*WHAT IS NEEDED*.
From the records below, report the number of lines that contain "with", and add nothing.

[Records drawn from a dataset]
————

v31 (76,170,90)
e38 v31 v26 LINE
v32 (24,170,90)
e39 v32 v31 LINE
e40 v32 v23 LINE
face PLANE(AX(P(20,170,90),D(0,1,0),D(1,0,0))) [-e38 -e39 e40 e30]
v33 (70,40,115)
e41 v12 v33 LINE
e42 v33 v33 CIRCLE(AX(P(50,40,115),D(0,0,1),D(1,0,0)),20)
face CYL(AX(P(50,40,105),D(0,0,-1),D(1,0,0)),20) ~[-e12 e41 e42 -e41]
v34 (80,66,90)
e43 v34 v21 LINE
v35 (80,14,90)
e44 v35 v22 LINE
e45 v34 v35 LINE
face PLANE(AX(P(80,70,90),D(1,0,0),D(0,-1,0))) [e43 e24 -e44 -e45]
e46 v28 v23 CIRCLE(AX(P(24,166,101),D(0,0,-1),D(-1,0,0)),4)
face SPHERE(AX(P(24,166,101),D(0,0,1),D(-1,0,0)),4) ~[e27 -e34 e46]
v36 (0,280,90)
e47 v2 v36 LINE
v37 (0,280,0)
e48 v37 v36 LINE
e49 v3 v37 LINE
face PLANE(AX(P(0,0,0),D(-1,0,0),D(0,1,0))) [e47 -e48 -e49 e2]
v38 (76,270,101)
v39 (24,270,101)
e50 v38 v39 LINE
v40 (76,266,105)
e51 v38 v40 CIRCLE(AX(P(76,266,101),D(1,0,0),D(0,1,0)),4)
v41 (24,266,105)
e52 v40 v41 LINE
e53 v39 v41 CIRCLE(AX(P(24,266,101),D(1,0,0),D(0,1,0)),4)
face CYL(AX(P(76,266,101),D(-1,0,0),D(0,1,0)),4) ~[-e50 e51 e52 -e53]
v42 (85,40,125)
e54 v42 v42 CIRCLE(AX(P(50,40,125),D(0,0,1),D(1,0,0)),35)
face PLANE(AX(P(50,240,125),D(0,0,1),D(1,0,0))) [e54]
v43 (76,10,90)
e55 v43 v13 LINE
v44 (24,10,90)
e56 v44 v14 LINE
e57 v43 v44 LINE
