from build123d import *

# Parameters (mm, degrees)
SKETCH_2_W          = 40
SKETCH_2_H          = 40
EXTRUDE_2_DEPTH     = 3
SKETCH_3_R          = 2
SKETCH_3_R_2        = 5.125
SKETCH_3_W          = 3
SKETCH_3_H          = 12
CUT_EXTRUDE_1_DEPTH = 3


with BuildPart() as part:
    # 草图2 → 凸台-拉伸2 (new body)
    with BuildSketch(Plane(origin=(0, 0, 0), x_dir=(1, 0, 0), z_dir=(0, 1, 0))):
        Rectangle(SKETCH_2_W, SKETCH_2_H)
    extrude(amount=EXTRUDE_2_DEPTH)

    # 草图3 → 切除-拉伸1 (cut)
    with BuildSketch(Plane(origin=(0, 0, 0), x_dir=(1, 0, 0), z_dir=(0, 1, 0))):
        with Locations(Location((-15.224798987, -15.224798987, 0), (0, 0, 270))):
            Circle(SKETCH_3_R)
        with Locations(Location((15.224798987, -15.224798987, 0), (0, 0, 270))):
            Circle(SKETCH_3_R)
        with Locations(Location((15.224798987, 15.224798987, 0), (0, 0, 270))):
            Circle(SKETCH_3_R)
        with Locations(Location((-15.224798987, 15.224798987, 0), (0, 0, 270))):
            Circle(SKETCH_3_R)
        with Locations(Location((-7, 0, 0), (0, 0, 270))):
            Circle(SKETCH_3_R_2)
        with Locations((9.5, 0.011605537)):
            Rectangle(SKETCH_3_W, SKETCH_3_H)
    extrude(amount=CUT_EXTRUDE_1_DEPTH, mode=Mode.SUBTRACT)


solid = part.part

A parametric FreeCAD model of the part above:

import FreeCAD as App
import Part
import Sketcher
Q = App.Units.Quantity

doc = App.newDocument("Part")
body = doc.addObject("PartDesign::Body", "Body")

sketch1 = body.newObject("Sketcher::SketchObject", "Sketch")
sketch1.AttachmentSupport = (doc.getObject("XZ_Plane"), [""])
sketch1.MapMode = "FlatFace"
sketch1.addGeometry(Part.LineSegment(App.Vector(-20, -20, 0), App.Vector(-20, 20, 0)), False)
sketch1.addGeometry(Part.LineSegment(App.Vector(-20, 20, 0), App.Vector(20, 20, 0)), False)
sketch1.addGeometry(Part.LineSegment(App.Vector(20, 20, 0), App.Vector(20, -20, 0)), False)
sketch1.addGeometry(Part.LineSegment(App.Vector(20, -20, 0), App.Vector(-20, -20, 0)), False)
sketch1.addConstraint(Sketcher.Constraint("Coincident", 0, 2, 1, 1))
sketch1.addConstraint(Sketcher.Constraint("Coincident", 1, 2, 2, 1))
sketch1.addConstraint(Sketcher.Constraint("Coincident", 2, 2, 3, 1))
sketch1.addConstraint(Sketcher.Constraint("Coincident", 3, 2, 0, 1))
sketch1.addConstraint(Sketcher.Constraint("Vertical", 0))
sketch1.addConstraint(Sketcher.Constraint("Horizontal", 1))
sketch1.addConstraint(Sketcher.Constraint("Vertical", 2))
sketch1.addConstraint(Sketcher.Constraint("Horizontal", 3))
sketch1.addConstraint(Sketcher.Constraint("Symmetric", 0, 2, 2, 2, -1, 1))
sketch1.addConstraint(Sketcher.Constraint("Equal", 3, 0))
sketch1.addConstraint(Sketcher.Constraint("DistanceX", 1, 1, 1, 2, Q("40 mm")))
pad1 = body.newObject("PartDesign::Pad", "Pad")
pad1.Profile = sketch1
pad1.Length = 3
pad1.Reversed = True

sketch2 = body.newObject("Sketcher::SketchObject", "Sketch001")
sketch2.AttachmentSupport = (doc.getObject("XZ_Plane"), [""])
sketch2.MapMode = "FlatFace"
sketch2.addGeometry(Part.Circle(App.Vector(-15.2, 15.2, 0), App.Vector(0, 0, 1), 2), False)
sketch2.addGeometry(Part.Circle(App.Vector(15.2, 15.2, 0), App.Vector(0, 0, 1), 2), False)
sketch2.addGeometry(Part.Circle(App.Vector(15.2, -15.2, 0), App.Vector(0, 0, 1), 2), False)
sketch2.addGeometry(Part.Circle(App.Vector(-15.2, -15.2, 0), App.Vector(0, 0, 1), 2), False)
sketch2.addGeometry(Part.Circle(App.Vector(-7, 0, 0), App.Vector(0, 0, 1), 5.1), False)
sketch2.addGeometry(Part.LineSegment(App.Vector(8, -6, 0), App.Vector(8, 6, 0)), False)
sketch2.addGeometry(Part.LineSegment(App.Vector(8, 6, 0), App.Vector(11, 6, 0)), False)
sketch2.addGeometry(Part.LineSegment(App.Vector(11, 6, 0), App.Vector(11, -6, 0)), False)
sketch2.addGeometry(Part.LineSegment(App.Vector(11, -6, 0), App.Vector(8, -6, 0)), False)
sketch2.addConstraint(Sketcher.Constraint("Coincident", 5, 2, 6, 1))
sketch2.addConstraint(Sketcher.Constraint("Coincident", 6, 2, 7, 1))
sketch2.addConstraint(Sketcher.Constraint("Coincident", 7, 2, 8, 1))
sketch2.addConstraint(Sketcher.Constraint("Coincident", 8, 2, 5, 1))
sketch2.addConstraint(Sketcher.Constraint("Vertical", 5))
sketch2.addConstraint(Sketcher.Constraint("Horizontal", 6))
sketch2.addConstraint(Sketcher.Constraint("Vertical", 7))
sketch2.addConstraint(Sketcher.Constraint("Horizontal", 8))
sketch2.addConstraint(Sketcher.Constraint("Equal", 0, 1))
sketch2.addConstraint(Sketcher.Constraint("Equal", 1, 2))
sketch2.addConstraint(Sketcher.Constraint("Equal", 2, 3))
sketch2.addConstraint(Sketcher.Constraint("Symmetric", 0, 3, 2, 3, -1, 1))
sketch2.addConstraint(Sketcher.Constraint("Symmetric", 1, 3, 3, 3, -1, 1))
sketch2.addConstraint(Sketcher.Constraint("Symmetric", 0, 3, 1, 3, -2))
sketch2.addConstraint(Sketcher.Constraint("PointOnObject", 4, 3, -1))
sketch2.addConstraint(Sketcher.Constraint("Diameter", 0, Q("4 mm")))
sketch2.addConstraint(Sketcher.Constraint("Diameter", 4, Q("10.25 mm")))
sketch2.addConstraint(Sketcher.Constraint("DistanceX", 6, 1, 6, 2, Q("3 mm")))
sketch2.addConstraint(Sketcher.Constraint("DistanceY", 5, 1, 5, 2, Q("12 mm")))
sketch2.addConstraint(Sketcher.Constraint("DistanceX", 4, 3, -1, 1, Q("7 mm")))
sketch2.addConstraint(Sketcher.Constraint("DistanceX", -1, 1, 5, 2, Q("8 mm")))
sketch2.addConstraint(Sketcher.Constraint("DistanceX", 0, 3, -1, 1, Q("15.224799 mm")))
sketch2.addConstraint(Sketcher.Constraint("DistanceY", -1, 1, 0, 3, Q("15.224799 mm")))
sketch2.addConstraint(Sketcher.Constraint("DistanceY", -1, 1, 5, 2, Q("5.988394 mm")))
pocket1 = body.newObject("PartDesign::Pocket", "Pocket")
pocket1.Profile = sketch2
pocket1.Length = 3

doc.recompute()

————

*RESULT OF THE EXERCISE*.
9